Lymphatic vessel density (LVD) and microvessel density (MVD) are important parameters for assessing the malignant potential of tumors and patient survival. In this report, the authors defined LVD as the density of D2-40-positive lymphatic vessels and MVD as the density of CD105-positive microvessels per unit area of tissue.
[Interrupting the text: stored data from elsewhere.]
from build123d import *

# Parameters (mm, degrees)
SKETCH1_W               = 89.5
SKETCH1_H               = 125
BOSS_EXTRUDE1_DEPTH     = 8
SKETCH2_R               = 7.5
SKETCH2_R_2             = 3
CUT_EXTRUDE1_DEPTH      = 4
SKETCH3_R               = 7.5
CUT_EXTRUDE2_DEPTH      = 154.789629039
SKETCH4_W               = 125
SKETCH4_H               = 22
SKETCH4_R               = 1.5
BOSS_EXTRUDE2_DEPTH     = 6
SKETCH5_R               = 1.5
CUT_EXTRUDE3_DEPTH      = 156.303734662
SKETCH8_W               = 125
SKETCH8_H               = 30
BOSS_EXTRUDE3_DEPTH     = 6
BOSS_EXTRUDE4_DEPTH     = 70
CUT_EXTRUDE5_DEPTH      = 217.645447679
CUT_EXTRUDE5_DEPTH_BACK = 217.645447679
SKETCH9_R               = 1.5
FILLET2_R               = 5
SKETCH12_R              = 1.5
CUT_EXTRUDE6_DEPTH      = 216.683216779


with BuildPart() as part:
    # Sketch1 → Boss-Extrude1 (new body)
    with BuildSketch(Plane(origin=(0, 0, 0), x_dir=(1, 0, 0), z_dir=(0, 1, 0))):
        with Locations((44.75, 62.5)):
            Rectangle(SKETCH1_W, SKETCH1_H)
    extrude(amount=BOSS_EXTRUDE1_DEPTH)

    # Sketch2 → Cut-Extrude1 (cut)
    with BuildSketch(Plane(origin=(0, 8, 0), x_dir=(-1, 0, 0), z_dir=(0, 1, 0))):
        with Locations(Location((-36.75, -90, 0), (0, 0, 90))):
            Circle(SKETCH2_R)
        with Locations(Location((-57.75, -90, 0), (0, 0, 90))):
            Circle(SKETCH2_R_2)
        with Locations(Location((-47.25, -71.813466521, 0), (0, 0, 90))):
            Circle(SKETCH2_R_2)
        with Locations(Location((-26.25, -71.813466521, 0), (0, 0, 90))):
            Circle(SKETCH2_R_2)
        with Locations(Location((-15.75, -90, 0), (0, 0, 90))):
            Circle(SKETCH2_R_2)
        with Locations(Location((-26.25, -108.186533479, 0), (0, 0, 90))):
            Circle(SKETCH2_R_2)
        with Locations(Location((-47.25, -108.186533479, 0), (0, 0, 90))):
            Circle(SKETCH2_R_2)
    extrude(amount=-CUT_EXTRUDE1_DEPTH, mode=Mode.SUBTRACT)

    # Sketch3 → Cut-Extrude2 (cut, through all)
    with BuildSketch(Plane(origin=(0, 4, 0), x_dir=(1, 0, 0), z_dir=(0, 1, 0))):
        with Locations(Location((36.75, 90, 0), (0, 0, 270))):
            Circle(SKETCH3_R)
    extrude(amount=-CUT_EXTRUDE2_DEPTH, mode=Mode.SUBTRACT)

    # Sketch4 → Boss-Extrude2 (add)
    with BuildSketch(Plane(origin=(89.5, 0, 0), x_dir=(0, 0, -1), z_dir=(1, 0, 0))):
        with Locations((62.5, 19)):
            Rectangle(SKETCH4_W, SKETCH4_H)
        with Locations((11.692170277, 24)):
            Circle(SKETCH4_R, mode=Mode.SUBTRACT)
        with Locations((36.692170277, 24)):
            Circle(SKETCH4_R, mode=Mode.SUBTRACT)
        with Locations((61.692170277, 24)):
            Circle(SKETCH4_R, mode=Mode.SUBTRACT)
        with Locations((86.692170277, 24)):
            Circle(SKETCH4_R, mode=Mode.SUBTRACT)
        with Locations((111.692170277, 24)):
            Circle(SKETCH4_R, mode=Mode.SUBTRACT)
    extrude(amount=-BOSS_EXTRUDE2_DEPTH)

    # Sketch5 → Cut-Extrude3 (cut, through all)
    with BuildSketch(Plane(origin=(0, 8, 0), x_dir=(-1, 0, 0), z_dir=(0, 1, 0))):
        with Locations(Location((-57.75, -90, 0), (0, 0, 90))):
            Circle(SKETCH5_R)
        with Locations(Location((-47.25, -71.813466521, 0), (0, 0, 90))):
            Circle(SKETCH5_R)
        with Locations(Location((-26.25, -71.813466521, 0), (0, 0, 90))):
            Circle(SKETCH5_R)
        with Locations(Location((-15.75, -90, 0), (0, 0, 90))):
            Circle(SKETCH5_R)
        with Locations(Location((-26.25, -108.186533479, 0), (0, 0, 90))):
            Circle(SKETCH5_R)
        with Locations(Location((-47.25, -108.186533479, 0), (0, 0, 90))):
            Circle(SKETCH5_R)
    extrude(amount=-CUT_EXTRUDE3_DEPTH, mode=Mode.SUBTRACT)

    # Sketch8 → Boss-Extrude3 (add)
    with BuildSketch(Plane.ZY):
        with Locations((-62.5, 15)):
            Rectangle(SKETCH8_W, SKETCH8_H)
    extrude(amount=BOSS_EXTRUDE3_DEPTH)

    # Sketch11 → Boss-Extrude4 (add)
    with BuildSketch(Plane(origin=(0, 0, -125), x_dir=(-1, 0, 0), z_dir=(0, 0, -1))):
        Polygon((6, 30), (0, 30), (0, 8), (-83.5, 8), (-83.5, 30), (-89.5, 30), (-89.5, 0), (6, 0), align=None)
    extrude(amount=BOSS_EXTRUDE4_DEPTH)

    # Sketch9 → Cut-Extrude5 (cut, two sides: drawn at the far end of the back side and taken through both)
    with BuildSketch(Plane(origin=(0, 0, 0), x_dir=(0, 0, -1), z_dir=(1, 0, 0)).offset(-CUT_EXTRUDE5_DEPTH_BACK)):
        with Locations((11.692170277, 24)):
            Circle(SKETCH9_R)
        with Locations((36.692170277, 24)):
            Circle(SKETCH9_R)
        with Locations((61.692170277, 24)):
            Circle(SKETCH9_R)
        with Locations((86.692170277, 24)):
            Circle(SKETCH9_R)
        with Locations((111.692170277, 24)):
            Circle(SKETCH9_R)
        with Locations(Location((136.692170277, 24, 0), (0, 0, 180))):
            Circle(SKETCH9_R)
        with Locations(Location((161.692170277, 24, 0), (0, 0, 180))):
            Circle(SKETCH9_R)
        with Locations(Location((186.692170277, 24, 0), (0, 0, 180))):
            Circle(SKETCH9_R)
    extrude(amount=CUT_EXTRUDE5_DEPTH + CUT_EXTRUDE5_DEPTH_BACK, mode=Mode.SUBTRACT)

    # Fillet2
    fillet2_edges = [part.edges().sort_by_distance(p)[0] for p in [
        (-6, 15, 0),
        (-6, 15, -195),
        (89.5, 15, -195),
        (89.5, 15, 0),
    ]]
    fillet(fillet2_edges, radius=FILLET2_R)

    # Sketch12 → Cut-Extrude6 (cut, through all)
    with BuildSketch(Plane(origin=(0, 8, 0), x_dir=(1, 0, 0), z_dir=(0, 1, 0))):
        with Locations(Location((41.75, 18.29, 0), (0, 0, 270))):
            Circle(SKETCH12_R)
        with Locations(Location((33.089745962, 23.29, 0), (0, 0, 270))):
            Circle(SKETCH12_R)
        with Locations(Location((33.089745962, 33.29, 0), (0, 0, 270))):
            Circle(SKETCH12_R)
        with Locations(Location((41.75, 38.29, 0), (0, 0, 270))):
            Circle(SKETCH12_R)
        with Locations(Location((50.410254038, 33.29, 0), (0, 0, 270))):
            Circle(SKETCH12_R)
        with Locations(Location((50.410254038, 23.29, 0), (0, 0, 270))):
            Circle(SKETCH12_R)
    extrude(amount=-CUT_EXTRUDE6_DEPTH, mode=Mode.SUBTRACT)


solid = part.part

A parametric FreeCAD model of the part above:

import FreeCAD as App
import Part
import Sketcher

V = App.Vector
Q = App.Units.Quantity


def edges_at(feature, points):
    """Names of the edges that pass closest to the given points."""
    edges = feature.Shape.Edges
    near = lambda p: min(range(len(edges)), key=lambda i: edges[i].distToShape(Part.Vertex(*p))[0])
    return sorted({f"Edge{near(p) + 1}" for p in points})


def add_polygon(sketch, points):
    """Adds a closed chain of lines whose ends are joined by coincident constraints."""
    first, n = sketch.GeometryCount, len(points)
    for a, b in zip(points, points[1:] + points[:1]):
        sketch.addGeometry(Part.LineSegment(App.Vector(*a, 0), App.Vector(*b, 0)), False)
    for i in range(n):
        sketch.addConstraint(Sketcher.Constraint("Coincident", first + i, 2, first + (i + 1) % n, 1))

doc = App.newDocument("Part")
body = doc.addObject("PartDesign::Body", "Body")

# Sketch on XZ plane
sketch1 = body.newObject("Sketcher::SketchObject", "Sketch")
sketch1.AttachmentSupport = (doc.getObject("XZ_Plane"), [""])
sketch1.MapMode = "FlatFace"
add_polygon(sketch1, [(0, -125), (0, 0), (89.5, 0), (89.5, -125)])  # lines 0-3
sketch1.addConstraint(Sketcher.Constraint("Vertical", 0))
sketch1.addConstraint(Sketcher.Constraint("Horizontal", 1))
sketch1.addConstraint(Sketcher.Constraint("Vertical", 2))
sketch1.addConstraint(Sketcher.Constraint("Horizontal", 3))
sketch1.addConstraint(Sketcher.Constraint("Coincident", 0, 2, -1, 1))
sketch1.addConstraint(Sketcher.Constraint("DistanceY", 0, 1, 0, 2, Q("125 mm")))
sketch1.addConstraint(Sketcher.Constraint("DistanceX", 1, 1, 1, 2, Q("89.5 mm")))
pad1 = body.newObject("PartDesign::Pad", "Pad")
pad1.Profile = sketch1
pad1.Length = 8
pad1.Reversed = True

# Sketch on XZ plane
sketch2 = body.newObject("Sketcher::SketchObject", "Sketch001")
sketch2.AttachmentSupport = (doc.getObject("XZ_Plane"), [""])
sketch2.MapMode = "FlatFace"
sketch2.AttachmentOffset = App.Placement(V(0, 0, -8), App.Rotation())
sketch2.addGeometry(Part.Circle(V(36.75, -90, 0), V(0, 0, 1), 7.5), False)
sketch2.addGeometry(Part.Circle(V(57.75, -90, 0), V(0, 0, 1), 3), False)
sketch2.addGeometry(Part.Circle(V(47.25, -71.813467, 0), V(0, 0, 1), 3), False)
sketch2.addGeometry(Part.Circle(V(26.25, -71.813467, 0), V(0, 0, 1), 3), False)
sketch2.addGeometry(Part.Circle(V(15.75, -90, 0), V(0, 0, 1), 3), False)
sketch2.addGeometry(Part.Circle(V(26.25, -108.186533, 0), V(0, 0, 1), 3), False)
sketch2.addGeometry(Part.Circle(V(47.25, -108.186533, 0), V(0, 0, 1), 3), False)
sketch2.addConstraint(Sketcher.Constraint("Equal", 1, 2))
sketch2.addConstraint(Sketcher.Constraint("Equal", 2, 3))
sketch2.addConstraint(Sketcher.Constraint("Equal", 3, 4))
It was reported previously that vascular endothelial growth factor C (VEGF-C) is a major modulator of LVD and MVD. The objectives of this study were to clarify the clinical and prognostic significance of both LVD and MVD in oral squamous cell carcinoma (OSCC) and to elucidate the lymphangiogenic and angiogenic activities of VEGF-C in cancer tissues.
In total, 110 OSCC tissue samples were evaluated for LVD, MVD, and expression of VEGF-C using immunohistochemistry. Correlations among these parameters and clinicopathologic factors were examined.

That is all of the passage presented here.